The three bombers flew to Mather Army Air Field, California, on July 28, and took off for Hawaii on July 29. During takeoff from Mather, a panel door on Laggin' Dragon enclosing the life raft compartment opened and ejected the raft, which wrapped around the empennage and impeded the B-29's elevators. The aircraft struggled to stay aloft but the pilots managed to return safely to Mather. After removing and replacing some major tail assemblies, Laggin' Dragon and its cargo continued to Hawaii, finally reaching Tinian on August 2.

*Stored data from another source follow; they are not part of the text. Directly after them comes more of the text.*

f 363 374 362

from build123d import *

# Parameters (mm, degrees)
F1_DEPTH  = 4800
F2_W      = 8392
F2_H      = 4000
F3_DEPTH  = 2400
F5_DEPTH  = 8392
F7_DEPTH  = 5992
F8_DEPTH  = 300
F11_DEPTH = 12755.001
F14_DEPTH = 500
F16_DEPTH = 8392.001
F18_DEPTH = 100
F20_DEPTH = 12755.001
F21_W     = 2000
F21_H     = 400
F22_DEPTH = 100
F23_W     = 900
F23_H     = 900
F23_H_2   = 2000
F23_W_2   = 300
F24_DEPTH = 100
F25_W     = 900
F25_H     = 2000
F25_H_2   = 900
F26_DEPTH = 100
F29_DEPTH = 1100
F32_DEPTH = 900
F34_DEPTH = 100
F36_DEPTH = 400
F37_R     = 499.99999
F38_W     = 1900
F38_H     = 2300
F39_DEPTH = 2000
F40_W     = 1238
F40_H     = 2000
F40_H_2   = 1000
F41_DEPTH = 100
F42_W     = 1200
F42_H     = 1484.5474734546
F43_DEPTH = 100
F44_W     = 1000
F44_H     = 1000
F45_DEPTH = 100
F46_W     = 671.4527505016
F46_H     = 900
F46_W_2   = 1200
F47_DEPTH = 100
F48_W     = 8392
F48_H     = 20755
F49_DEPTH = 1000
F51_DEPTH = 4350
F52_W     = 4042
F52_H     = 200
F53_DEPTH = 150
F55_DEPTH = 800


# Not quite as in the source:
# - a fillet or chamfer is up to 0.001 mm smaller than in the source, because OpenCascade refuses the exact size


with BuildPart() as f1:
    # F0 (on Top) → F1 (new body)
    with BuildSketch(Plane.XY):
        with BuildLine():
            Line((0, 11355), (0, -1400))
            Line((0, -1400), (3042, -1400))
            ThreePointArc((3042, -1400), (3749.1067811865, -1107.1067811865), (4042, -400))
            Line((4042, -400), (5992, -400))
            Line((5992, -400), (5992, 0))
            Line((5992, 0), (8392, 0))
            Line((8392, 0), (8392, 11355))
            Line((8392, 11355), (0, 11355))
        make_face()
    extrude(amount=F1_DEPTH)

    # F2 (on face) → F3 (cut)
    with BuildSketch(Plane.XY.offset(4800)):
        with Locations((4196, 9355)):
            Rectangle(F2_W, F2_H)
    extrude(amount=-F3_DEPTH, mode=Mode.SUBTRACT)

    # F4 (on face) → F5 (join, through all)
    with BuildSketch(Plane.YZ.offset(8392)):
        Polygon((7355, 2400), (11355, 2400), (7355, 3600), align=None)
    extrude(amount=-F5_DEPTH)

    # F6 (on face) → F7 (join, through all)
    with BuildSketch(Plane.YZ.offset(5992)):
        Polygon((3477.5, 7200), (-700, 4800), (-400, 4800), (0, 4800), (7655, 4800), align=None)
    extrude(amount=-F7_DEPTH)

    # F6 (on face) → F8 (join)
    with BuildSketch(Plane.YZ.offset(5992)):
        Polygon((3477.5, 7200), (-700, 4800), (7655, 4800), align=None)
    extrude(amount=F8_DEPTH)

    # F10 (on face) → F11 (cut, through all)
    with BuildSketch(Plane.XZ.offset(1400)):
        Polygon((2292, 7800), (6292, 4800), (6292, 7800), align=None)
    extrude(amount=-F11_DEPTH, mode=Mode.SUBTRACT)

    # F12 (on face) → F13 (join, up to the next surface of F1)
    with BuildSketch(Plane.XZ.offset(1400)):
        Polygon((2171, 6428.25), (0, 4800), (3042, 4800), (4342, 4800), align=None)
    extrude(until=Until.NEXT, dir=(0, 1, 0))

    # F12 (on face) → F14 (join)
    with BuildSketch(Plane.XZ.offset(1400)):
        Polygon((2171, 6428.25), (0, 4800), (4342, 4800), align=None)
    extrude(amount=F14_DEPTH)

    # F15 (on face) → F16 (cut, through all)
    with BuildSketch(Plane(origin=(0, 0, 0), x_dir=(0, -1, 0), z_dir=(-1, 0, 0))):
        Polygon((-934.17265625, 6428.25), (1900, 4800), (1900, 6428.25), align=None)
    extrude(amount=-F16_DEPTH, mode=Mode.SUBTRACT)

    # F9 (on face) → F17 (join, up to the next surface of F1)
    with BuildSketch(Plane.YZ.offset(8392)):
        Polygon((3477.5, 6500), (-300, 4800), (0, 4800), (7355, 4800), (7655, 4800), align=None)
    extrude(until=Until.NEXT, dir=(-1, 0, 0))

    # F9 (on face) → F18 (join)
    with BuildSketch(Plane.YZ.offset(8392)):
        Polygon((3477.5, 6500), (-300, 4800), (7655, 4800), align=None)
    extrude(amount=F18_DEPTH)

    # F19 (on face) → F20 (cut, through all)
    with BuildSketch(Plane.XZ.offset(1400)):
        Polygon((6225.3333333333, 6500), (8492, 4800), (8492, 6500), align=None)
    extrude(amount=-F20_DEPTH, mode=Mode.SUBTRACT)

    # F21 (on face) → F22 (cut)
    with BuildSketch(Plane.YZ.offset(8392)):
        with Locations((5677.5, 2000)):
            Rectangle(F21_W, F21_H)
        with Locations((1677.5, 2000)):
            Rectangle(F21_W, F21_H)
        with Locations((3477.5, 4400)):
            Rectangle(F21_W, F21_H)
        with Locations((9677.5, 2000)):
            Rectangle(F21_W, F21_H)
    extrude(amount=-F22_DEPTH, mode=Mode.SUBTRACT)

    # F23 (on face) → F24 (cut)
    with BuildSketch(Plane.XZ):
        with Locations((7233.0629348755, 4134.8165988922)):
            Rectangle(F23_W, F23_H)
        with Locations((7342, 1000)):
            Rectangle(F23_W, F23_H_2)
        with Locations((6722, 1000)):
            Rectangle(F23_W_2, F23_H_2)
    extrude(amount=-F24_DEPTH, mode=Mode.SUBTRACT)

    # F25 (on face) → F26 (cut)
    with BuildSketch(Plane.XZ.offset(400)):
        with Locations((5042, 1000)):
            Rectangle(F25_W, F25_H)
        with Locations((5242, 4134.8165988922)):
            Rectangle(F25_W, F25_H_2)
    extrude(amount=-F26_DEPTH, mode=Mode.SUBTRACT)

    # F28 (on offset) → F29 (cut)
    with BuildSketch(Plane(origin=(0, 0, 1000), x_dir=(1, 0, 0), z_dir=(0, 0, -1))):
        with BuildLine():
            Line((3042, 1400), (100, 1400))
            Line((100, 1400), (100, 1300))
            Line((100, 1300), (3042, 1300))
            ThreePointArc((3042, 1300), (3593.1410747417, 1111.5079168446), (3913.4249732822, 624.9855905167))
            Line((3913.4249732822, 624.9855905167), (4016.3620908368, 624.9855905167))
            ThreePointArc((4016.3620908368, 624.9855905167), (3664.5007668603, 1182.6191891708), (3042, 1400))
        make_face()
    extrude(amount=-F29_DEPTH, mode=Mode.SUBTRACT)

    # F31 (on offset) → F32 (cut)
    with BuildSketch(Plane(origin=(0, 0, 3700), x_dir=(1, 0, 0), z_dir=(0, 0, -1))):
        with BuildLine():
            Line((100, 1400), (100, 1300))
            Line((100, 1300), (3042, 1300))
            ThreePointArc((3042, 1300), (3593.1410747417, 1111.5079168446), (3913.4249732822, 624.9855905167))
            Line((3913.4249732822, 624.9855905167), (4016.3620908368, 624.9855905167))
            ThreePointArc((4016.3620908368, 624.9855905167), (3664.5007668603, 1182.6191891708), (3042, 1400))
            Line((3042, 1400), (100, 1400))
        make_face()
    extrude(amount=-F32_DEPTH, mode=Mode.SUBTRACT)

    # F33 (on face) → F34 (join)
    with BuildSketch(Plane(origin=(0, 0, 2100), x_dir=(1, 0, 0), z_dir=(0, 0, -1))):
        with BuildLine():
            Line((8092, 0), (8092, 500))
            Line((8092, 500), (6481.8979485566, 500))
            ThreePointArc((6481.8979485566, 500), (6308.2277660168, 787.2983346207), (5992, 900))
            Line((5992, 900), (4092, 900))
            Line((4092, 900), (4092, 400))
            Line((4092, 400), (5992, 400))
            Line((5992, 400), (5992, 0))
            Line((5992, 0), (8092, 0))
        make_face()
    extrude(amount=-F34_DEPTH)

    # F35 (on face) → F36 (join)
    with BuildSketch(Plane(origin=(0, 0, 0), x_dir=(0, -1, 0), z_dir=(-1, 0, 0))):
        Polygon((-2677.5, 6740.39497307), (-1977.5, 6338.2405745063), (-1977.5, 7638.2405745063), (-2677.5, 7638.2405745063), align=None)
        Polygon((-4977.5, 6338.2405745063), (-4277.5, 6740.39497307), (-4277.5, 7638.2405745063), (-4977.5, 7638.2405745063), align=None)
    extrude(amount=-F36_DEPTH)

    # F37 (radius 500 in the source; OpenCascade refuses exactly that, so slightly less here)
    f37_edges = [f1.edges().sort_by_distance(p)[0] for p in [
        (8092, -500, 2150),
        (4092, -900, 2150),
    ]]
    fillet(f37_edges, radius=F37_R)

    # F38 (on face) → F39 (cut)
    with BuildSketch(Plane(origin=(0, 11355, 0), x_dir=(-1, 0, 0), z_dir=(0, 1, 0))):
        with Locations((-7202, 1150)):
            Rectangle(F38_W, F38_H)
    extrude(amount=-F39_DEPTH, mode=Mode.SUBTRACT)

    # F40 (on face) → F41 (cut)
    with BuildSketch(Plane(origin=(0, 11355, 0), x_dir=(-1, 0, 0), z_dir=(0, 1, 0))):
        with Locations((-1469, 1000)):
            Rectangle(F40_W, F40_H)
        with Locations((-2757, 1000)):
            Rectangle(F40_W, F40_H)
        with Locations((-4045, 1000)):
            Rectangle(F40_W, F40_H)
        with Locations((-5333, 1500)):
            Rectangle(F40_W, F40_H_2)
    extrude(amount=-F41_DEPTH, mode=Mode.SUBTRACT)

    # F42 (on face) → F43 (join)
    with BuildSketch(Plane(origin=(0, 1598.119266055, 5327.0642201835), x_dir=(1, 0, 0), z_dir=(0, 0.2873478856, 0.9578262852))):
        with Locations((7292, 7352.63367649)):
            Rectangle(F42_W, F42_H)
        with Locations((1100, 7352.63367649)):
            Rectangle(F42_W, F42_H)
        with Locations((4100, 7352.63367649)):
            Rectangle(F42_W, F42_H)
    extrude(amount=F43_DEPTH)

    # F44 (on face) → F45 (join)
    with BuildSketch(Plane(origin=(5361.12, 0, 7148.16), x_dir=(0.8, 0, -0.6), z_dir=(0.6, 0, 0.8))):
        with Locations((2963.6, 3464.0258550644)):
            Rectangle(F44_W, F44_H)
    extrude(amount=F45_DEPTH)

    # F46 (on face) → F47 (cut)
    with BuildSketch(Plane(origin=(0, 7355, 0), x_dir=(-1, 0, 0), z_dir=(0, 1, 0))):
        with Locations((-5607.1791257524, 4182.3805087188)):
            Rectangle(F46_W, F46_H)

It was assigned the square P tail identifier of the 39th Bomb Group as a security measure and given Victor (unit-assigned identification) number 95 to avoid misidentification with actual 39th BG aircraft. The airplane was named while still at Wendover but the nose art was not applied until after the atomic missions. It arrived too late to participate in other combat operations and participated in two practice flights subsequent to the atomic attacks. On August 9, 1945, as part of the second atomic bomb mission, it was flown by another crew as the weather reconnaissance aircraft for the secondary target of Nagasaki.

Laggin' Dragon returned to the United States in November 1945, based with the 509th CG at Roswell Army Air Field, New Mexico. In June 1946 it was part of the Operation Crossroads task force based on Kwajalein. In June 1949 it was transferred to the 97th Bomb Group at Biggs Air Force Base, Texas, and in April 1950 was converted to a TB-29 trainer at Kelly Air Force Base, Texas, and the Oklahoma City Air Materiel Area at Tinker Air Force Base.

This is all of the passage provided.